Das nationale E-Rechnungssystem (KSeF) wird ab 2026 in Phasen eingeführt. Erfahren Sie die genauen Fristen, welche Unternehmen davon betroffen sind, Übergangsfristen für kleine Steuerzahler und Strafen bei Nichtbeachtung.
Implementierungszeitplan für KSeF: Drei Phasen
Die E-Rechnungspflicht im nationalen System (KSeF) gilt nicht für alle Unternehmen gleichzeitig. Das Finanzministerium hat einen Implementierungsplan in drei Phasen vorbereitet, um Unternehmen Zeit zur Anpassung an neue Anforderungen zu geben.
Dieser schrittweise Ansatz soll Störungen in der Geschäftstätigkeit minimieren und es Unternehmen ermöglichen, sich technisch und organisatorisch auf die neuen Anforderungen vorzubereiten.
Phase I: Ab 1. Februar 2026 — Große Unternehmen (Umsatz > 200 Mio. PLN)
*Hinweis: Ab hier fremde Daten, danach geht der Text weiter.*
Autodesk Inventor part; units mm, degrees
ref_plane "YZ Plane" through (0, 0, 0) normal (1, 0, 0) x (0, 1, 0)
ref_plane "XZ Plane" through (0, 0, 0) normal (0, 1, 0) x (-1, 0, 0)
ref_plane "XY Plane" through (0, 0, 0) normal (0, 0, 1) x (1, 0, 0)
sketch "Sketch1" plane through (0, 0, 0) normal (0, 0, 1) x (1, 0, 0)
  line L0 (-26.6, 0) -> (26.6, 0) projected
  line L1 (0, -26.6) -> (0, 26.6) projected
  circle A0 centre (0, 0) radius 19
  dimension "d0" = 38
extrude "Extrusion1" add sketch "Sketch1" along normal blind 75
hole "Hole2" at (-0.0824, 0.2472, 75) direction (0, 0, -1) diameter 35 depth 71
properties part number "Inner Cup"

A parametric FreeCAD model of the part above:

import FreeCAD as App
import Part
import Sketcher

doc = App.newDocument("Part")
body = doc.addObject("PartDesign::Body", "Body")

# Sketch on XY plane
sketch1 = body.newObject("Sketcher::SketchObject", "Sketch")
sketch1.AttachmentSupport = (doc.getObject("XY_Plane"), [""])
sketch1.MapMode = "FlatFace"
sketch1.addGeometry(Part.Circle(App.Vector(0, 0, 0), App.Vector(0, 0, 1), 19), False)
sketch1.addConstraint([
    Sketcher.Constraint("Coincident", 0, 3, -1, 1),
    Sketcher.Constraint("Diameter", 0, 38.0),
])
pad1 = body.newObject("PartDesign::Pad", "Pad")
pad1.Profile = sketch1
pad1.Length = 75

# Sketch on XY plane
sketch2 = body.newObject("Sketcher::SketchObject", "Sketch001")
sketch2.AttachmentSupport = (doc.getObject("XY_Plane"), [""])
sketch2.MapMode = "FlatFace"
sketch2.AttachmentOffset = App.Placement(App.Vector(0, 0, 75), App.Rotation())
sketch2.addGeometry(Part.Circle(App.Vector(-0.0824, 0.2472, 0), App.Vector(0, 0, 1), 17.5), False)
sketch2.addConstraint([
    Sketcher.Constraint("Diameter", 0, 35.0),
    Sketcher.Constraint("DistanceX", 0, 3, -1, 1, 0.0824),
    Sketcher.Constraint("DistanceY", -1, 1, 0, 3, 0.2472),
])
doc.recompute()
hole = body.newObject("PartDesign::Hole", "Hole")
hole.Profile = sketch2
hole.ThreadType = "None"
hole.Diameter = 35
hole.DepthType = "Dimension"
hole.Depth = 71
hole.DrillPoint = "Flat"

doc.recompute()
Die erste Phase der KSeF-Pflicht beginnt am 1. Februar 2026 und betrifft die größten Steuerzahler.
Welche Unternehmen unterliegen ab 1. Februar der Pflicht?
Die KSeF-Pflicht ab 1. Februar 2026 gilt für Mehrwertsteuerpflichtige, deren Gesamtumsatz brutto (einschließlich Mehrwertsteuer) im Jahr 2024 200 Millionen PLN überschritten hat.
In der Praxis betrifft dies hauptsächlich große Unternehmen, internationale Konzerne und Konzerne, die auf dem polnischen Markt tätig sind. Dies ist eine Gruppe mit einigen hundert Unternehmen im ganzen Land.
Pflicht zum Empfang von Rechnungen ab 1. Februar
Wichtig: Alle Unternehmen (unabhängig von ihrer Größe) müssen ab 1. Februar 2026 Rechnungen aus dem KSeF-System empfangen können. Das bedeutet, dass selbst kleine Unternehmen sich bei KSeF anmelden müssen, um eine Rechnung von einem großen Unternehmen zu erhalten, das bereits E-Rechnungen ausstellt.
Phase II: Ab 1. April 2026 — Übrige Unternehmen
Die zweite Phase der KSeF-Pflicht beginnt am 1. April 2026 und umfasst die überwiegende Mehrheit der Unternehmen in Polen.
Welche Unternehmen müssen ab 1. April KSeF implementieren?
Ab 1. April 2026 gilt die KSeF-Pflicht für alle Mehrwertsteuerpflichtigen, die nicht in die Kategorie großer Unternehmen fallen (Umsatz bis 200 Mio. PLN) und deren Umsatz höher als 10.000 PLN brutto monatlich ist.
Dies betrifft mittlere Unternehmen, kleine Unternehmen sowie Kleinstunternehmen mit stabilen Einnahmen. Dies umfasst mehrere Millionen Einrichtungen.
Vorbereitung vor dem 1. April
Unternehmen, die die KSeF-Implementierung ab 1. April beginnen, haben nur zwei Monate Zeit zur Vorbereitung. Es ist sinnvoll, jetzt zu beginnen:
- Anmeldung beim KSeF-Portal (podatki.gov.pl)
- Konfiguration eines Sicherheitstokens (e-Token oder SMS)
- Integration des Buchhaltungssystems mit der KSeF-API
- Schulung des Rechnungsausstellungsteams
- Testen von Verfahren zum Senden und Empfangen von Rechnungen
Phase III: Ab 1. Januar 2027 — Kleine Unternehmen (Umsatz < 10.000 PLN/Monat)
Die dritte Phase der KSeF-Implementierung beginnt am 1. Januar 2027 und ist die letzte Frist für die kleinsten Steuerzahler.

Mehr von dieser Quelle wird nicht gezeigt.